I wouldn't bother even hoping for anything from him but you owe it to yourself to ensure you put this in with child maintenance service and let them enquire.

CheeseyOnionPie · 03/04/2025 23:05

Report the scumbag for benefit fraud and then claim via CMS. He can just decide to opt out of supporting his son. He may be a shitty dad but he still has to pay.

Mummaonherown · 04/04/2025 09:12

@Wishyouwerehere50 yes I have, I reported him to benefit fraud in January 6 months investigation but child maintenance have been chasing him for a week now and he's refusing to engage, not answering the phone etc.

I just feel so guilty for my son, I feel like I failed him

OP posts:
AnneLovesGilbert · 04/04/2025 09:15

Get what you can through the CMS, hopefully they’ll keep trying. He’ll get a discount for the kids he lives with which is mad.

Elunajeya · 04/04/2025 09:27

You can apply for CMS, but as he’s living with 3 other DC, and on benefits, it will be next to nothing.

healthybychristmas · 04/04/2025 09:48

Elunajeya · 04/04/2025 09:27

You can apply for CMS, but as he’s living with 3 other DC, and on benefits, it will be next to nothing.

Surely he isn't financially responsible for those children?

Elunajeya · 04/04/2025 09:51

@healthybychristmas If he lives in the same home as them, CMS view that he is, yes.

Mummaonherown · 04/04/2025 09:58

@AnneLovesGilbert he won't disclose he's living at her house as he has his own property (council home which he lied about circumstances to get) he'll use his address or his mum's.
But, why as they aren't his children, he shouldn't be responsible for them why should my child suffer

OP posts:
Mummaonherown · 04/04/2025 10:01

@Elunajeya absolute madness!

OP posts:
AnneLovesGilbert · 04/04/2025 10:03

The CMS don’t care that they’re not his. If he isn’t registered as living there it won’t be an issue.

He sounds absolutely awful, your son is probably better off without him.

Bananalanacake · 04/04/2025 11:17

The new gf is pretty stupid to let a random man move into her DCs safe space after knowing him for 5 months, how pathetic to put him before her kids.

Mummaonherown · 04/04/2025 11:35

@AnneLovesGilbert I honestly didn't know this, thanks for the heads-up. Like I said, I doubt he will register himself as living there, he's got a council place (studio) which he is claiming UC for while working not declaring income (£185 day rate) as a bricklayer, so wouldn't be entitled to that money. He'll sublet the flat in time, he comes from a family of benefit fraudsters, his step dad and dad both sublet their council homes so I'm sure he'll be encouraged to do the same.

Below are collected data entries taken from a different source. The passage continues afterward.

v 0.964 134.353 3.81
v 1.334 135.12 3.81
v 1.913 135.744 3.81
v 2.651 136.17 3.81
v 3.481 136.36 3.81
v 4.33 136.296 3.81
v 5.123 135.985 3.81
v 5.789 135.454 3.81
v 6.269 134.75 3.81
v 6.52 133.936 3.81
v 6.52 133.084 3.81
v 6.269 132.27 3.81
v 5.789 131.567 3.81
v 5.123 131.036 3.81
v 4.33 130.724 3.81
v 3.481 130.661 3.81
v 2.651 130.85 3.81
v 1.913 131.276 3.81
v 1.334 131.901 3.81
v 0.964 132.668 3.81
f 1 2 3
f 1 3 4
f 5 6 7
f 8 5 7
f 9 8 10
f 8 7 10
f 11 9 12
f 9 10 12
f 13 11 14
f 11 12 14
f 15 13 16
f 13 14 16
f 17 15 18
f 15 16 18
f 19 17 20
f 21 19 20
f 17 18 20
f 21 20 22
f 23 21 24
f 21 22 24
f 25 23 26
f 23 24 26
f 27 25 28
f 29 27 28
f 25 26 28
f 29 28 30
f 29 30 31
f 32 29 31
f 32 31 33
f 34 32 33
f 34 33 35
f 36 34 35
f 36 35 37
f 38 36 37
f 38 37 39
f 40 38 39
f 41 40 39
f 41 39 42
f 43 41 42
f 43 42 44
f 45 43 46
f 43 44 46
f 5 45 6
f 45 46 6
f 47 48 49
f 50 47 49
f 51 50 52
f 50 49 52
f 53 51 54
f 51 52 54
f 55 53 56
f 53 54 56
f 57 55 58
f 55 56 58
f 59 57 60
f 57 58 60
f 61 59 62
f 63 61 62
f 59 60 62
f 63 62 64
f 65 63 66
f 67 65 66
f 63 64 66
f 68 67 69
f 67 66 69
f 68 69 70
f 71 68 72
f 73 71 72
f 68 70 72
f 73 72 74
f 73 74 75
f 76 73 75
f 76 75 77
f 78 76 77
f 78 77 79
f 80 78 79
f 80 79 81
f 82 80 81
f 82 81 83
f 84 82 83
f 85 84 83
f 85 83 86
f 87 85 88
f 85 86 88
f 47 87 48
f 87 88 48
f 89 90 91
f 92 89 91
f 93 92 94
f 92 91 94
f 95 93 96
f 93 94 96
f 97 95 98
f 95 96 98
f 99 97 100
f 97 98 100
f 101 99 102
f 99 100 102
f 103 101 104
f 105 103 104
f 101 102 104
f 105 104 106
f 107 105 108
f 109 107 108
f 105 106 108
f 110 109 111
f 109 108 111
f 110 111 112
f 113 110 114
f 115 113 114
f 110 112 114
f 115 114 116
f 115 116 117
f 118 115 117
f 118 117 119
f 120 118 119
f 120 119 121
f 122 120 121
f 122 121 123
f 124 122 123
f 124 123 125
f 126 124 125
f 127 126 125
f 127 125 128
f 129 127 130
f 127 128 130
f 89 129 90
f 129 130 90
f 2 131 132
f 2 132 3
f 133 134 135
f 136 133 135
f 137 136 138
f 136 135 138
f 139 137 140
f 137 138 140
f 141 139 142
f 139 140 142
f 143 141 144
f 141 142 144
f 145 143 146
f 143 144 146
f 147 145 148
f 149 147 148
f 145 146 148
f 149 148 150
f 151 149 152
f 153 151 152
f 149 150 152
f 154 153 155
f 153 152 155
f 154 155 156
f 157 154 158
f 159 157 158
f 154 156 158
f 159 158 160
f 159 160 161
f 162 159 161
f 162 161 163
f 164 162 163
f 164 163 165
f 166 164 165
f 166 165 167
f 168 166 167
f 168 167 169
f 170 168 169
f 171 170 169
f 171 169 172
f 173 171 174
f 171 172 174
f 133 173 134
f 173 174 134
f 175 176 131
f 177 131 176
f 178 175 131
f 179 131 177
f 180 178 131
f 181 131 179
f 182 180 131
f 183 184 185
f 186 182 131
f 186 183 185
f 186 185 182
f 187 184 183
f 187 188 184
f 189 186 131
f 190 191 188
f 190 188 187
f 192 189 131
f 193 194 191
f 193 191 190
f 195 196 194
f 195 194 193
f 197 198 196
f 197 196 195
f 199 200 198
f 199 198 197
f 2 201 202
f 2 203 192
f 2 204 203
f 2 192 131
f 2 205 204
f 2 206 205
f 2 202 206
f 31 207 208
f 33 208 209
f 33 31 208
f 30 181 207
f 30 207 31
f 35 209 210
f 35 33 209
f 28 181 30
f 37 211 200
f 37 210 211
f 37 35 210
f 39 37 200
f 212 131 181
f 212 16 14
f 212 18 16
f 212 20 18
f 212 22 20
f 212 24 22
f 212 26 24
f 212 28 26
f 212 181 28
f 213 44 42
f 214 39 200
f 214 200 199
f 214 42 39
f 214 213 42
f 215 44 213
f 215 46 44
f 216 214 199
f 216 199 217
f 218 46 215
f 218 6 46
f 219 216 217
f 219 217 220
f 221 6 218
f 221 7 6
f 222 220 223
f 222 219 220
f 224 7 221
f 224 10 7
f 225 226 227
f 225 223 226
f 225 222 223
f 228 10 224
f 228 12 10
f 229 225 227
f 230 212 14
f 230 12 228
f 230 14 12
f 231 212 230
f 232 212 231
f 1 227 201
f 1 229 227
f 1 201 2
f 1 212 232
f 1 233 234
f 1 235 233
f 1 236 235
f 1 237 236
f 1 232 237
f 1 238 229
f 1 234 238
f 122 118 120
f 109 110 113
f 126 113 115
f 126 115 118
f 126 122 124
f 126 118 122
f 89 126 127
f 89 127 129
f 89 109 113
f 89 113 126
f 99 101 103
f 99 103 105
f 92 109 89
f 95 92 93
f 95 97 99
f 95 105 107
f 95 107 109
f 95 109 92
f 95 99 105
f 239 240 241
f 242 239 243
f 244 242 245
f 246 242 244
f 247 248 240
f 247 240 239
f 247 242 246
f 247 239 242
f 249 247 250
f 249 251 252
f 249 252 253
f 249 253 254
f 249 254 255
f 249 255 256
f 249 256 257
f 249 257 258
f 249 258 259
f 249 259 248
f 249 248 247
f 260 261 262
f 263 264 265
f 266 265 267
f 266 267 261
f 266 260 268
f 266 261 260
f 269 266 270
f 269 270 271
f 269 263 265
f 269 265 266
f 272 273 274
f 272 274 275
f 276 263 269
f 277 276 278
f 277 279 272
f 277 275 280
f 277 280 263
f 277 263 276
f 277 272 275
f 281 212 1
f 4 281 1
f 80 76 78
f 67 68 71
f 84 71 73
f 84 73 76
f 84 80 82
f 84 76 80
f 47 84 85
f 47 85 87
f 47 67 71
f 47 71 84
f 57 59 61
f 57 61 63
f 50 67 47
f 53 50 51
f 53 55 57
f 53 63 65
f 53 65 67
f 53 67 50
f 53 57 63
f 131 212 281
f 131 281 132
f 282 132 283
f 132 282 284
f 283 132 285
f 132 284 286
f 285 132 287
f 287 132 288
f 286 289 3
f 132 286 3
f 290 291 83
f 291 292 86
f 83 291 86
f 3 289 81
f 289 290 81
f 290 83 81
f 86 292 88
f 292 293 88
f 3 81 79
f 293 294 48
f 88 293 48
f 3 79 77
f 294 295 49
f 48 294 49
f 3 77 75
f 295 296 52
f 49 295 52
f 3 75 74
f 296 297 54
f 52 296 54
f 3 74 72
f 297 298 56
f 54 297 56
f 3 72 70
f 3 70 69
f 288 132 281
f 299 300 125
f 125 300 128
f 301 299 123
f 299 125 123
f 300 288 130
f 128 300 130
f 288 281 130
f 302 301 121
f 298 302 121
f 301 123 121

He's a really bad dad, always has been - my friends felt that I "lead" him in parenting I probably did looking back at it.

OP posts:
Mummaonherown · 04/04/2025 11:37

@Bananalanacake I'm not 100% sure but I think she's had him there around the kids from day 1.
He was going swimming with her kids from 2months in.
My ex used to slag people off like her, he can't now can he.

I wonder where the children's dad is, 3 girls under 10!

OP posts:
ThatCyanJoker · 14/08/2025 20:20

Yes, in your own words ‘just leave it’. Focus on creating a steady , calm environment for your child, that’s what he really needs most in order to develop and thrive.You sound quite jealous of your ex’s new set up, tbh and you need to let that go.